漆紙文書(読み)うるしがみもんじょ

改訂新版 世界大百科事典 「漆紙文書」の意味・わかりやすい解説

漆紙文書 (うるしがみもんじょ)

漆の硬化作用によって,地中遺存した紙の文書古代では,これらの紙は役所公文書であることが多く,その資料的価値は高い。1978年に古代東北地方の政治,軍事の中心であった多賀城遺跡(宮城県多賀城市)ではじめて発見され,全国的に注目された。温暖多湿な日本では紙が地中に遺存することはまれであり,今まで古代の紙が地中から出土した例は,経塚(きようづか)に埋納された経巻程度である。多賀城跡紙片が多数発見されたのは,紙に漆が付着していたためである。これらの紙は,漆塗りの作業過程で漆液の表面に密着させ,漆の硬化・乾燥をおさえるための〈ふた紙〉として再利用された役所の公文書の反故ほご)紙であり,漆がしみ込み,天然の樹脂硬化をうけ,1000年以上も土中に遺存した。また,漆を漉(こ)すためにも紙が用いられる。出土する漆紙は茶褐色をなし,一見するとごわごわしたなめし皮のようである。多賀城跡からこれまでに発見されている漆紙文書の多くは時期的には奈良時代後半に集中し,内容的には,米や武器などの請求または貢進文書が多い。ほかには,計帳(けいちよう),田籍関係文書や古代の暦の断簡などがあり,古代の地方の役所の実態を知る好史料である。

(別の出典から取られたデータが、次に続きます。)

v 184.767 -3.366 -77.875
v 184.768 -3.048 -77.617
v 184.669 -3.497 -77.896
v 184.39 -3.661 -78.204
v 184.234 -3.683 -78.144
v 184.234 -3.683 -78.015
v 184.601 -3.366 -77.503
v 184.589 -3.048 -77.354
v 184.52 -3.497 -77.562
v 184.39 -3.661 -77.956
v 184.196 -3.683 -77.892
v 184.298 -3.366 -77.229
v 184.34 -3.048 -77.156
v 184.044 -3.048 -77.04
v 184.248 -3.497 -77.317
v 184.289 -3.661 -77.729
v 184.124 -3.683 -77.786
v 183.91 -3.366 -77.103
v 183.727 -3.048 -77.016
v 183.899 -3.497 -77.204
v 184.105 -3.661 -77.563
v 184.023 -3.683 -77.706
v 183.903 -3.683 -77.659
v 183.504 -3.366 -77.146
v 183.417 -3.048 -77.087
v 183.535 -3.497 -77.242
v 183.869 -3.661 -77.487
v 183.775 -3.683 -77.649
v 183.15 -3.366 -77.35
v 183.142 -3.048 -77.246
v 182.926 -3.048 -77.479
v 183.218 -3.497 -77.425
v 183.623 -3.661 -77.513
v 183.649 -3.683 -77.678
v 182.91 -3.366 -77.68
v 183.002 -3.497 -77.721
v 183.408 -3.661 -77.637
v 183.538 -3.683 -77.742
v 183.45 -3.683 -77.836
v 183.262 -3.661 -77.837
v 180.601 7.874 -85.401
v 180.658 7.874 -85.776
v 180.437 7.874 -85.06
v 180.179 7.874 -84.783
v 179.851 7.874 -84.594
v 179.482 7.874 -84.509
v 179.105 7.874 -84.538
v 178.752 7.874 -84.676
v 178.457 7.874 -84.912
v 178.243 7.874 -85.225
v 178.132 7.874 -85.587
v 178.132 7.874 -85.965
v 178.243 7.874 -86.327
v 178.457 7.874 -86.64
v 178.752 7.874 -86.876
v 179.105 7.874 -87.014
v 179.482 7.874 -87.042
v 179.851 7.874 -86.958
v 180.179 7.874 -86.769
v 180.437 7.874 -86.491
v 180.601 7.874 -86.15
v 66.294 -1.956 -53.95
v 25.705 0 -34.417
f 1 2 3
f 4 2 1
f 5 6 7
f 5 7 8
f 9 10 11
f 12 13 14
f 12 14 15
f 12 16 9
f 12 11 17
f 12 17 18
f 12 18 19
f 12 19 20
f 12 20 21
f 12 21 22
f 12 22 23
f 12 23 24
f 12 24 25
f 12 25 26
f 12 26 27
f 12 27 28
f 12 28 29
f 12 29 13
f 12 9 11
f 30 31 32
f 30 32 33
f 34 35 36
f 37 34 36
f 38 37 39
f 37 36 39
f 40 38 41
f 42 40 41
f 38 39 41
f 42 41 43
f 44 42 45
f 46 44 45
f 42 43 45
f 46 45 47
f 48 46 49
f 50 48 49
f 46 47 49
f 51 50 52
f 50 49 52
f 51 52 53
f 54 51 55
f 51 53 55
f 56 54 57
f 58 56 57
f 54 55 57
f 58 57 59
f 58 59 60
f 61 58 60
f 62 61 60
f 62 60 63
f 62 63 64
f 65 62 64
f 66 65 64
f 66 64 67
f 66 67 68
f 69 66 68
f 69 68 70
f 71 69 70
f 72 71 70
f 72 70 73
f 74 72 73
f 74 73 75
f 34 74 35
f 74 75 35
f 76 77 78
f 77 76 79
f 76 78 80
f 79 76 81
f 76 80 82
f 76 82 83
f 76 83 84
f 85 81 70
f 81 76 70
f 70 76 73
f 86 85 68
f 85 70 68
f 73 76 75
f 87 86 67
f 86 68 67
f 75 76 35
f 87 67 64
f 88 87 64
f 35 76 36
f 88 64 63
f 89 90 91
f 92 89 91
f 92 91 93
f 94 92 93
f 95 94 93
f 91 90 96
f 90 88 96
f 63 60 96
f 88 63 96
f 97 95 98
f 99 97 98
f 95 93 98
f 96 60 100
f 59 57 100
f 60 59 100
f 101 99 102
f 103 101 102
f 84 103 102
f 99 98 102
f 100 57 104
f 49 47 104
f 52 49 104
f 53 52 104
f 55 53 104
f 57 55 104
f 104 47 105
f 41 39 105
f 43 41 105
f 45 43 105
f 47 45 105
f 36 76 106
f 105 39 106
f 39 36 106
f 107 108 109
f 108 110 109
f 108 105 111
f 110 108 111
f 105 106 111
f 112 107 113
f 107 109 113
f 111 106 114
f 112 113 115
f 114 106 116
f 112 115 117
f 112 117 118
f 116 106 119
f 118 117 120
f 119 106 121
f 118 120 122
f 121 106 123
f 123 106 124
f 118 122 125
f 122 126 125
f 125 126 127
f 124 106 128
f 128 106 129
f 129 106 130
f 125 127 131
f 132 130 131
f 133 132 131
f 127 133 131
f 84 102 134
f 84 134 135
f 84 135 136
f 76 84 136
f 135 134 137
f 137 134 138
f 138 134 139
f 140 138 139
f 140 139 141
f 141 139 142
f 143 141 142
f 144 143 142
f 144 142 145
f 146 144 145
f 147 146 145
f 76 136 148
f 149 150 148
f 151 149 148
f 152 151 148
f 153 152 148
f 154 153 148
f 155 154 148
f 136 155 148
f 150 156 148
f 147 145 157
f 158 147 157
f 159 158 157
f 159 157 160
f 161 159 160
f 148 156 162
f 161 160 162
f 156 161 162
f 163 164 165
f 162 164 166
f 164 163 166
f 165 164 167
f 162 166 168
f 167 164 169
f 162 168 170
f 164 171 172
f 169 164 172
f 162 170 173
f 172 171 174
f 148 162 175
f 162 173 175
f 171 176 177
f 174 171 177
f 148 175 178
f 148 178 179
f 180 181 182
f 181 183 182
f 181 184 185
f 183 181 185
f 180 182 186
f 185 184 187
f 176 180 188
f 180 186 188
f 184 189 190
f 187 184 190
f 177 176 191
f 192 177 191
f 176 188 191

 漆紙文書は漆が紙に偶然付着したために残ったのではなく,漆塗りの作業過程で漆がしみ込んで残ったのであるから,今後,新たな考古遺物として全国各地の遺跡から出土する可能性がある。すでにその後,胆沢(いさわ)城跡(岩手県),秋田城跡(秋田県),鹿の子C遺跡(茨城県),長岡京跡(京都府),平城宮跡(奈良県),吉田南遺跡(兵庫県)など,全国の古代の役所跡から相次いで発見され,さらに下窪(したくぼ)遺跡(宮城県)のようなごく一般的な古代の集落跡と思われる遺跡からも出土するに至っている。以上の発見例は古代の遺跡に限られているが,和紙を漆の〈ふた紙〉として利用することは現在でも行われているだけに,中世以降の文書の発見の可能性もある。古代の漆紙文書は,断片であるが正倉院文書などの現存する史料に照らして,ある程度内容を復元できる点にも大きな特色がある。戦後の古代史研究は木簡の発見で大きな前進を見たが,漆紙文書の発見も木簡に劣らない意義をもち,新しい古代史の資料として注目されている。なお,漆紙文書に赤外線を照射し,赤外線テレビカメラで撮影すると,肉眼ではほとんど墨痕の認められないものがブラウン管に明瞭に文字が映し出され,解読作業がきわめて容易である。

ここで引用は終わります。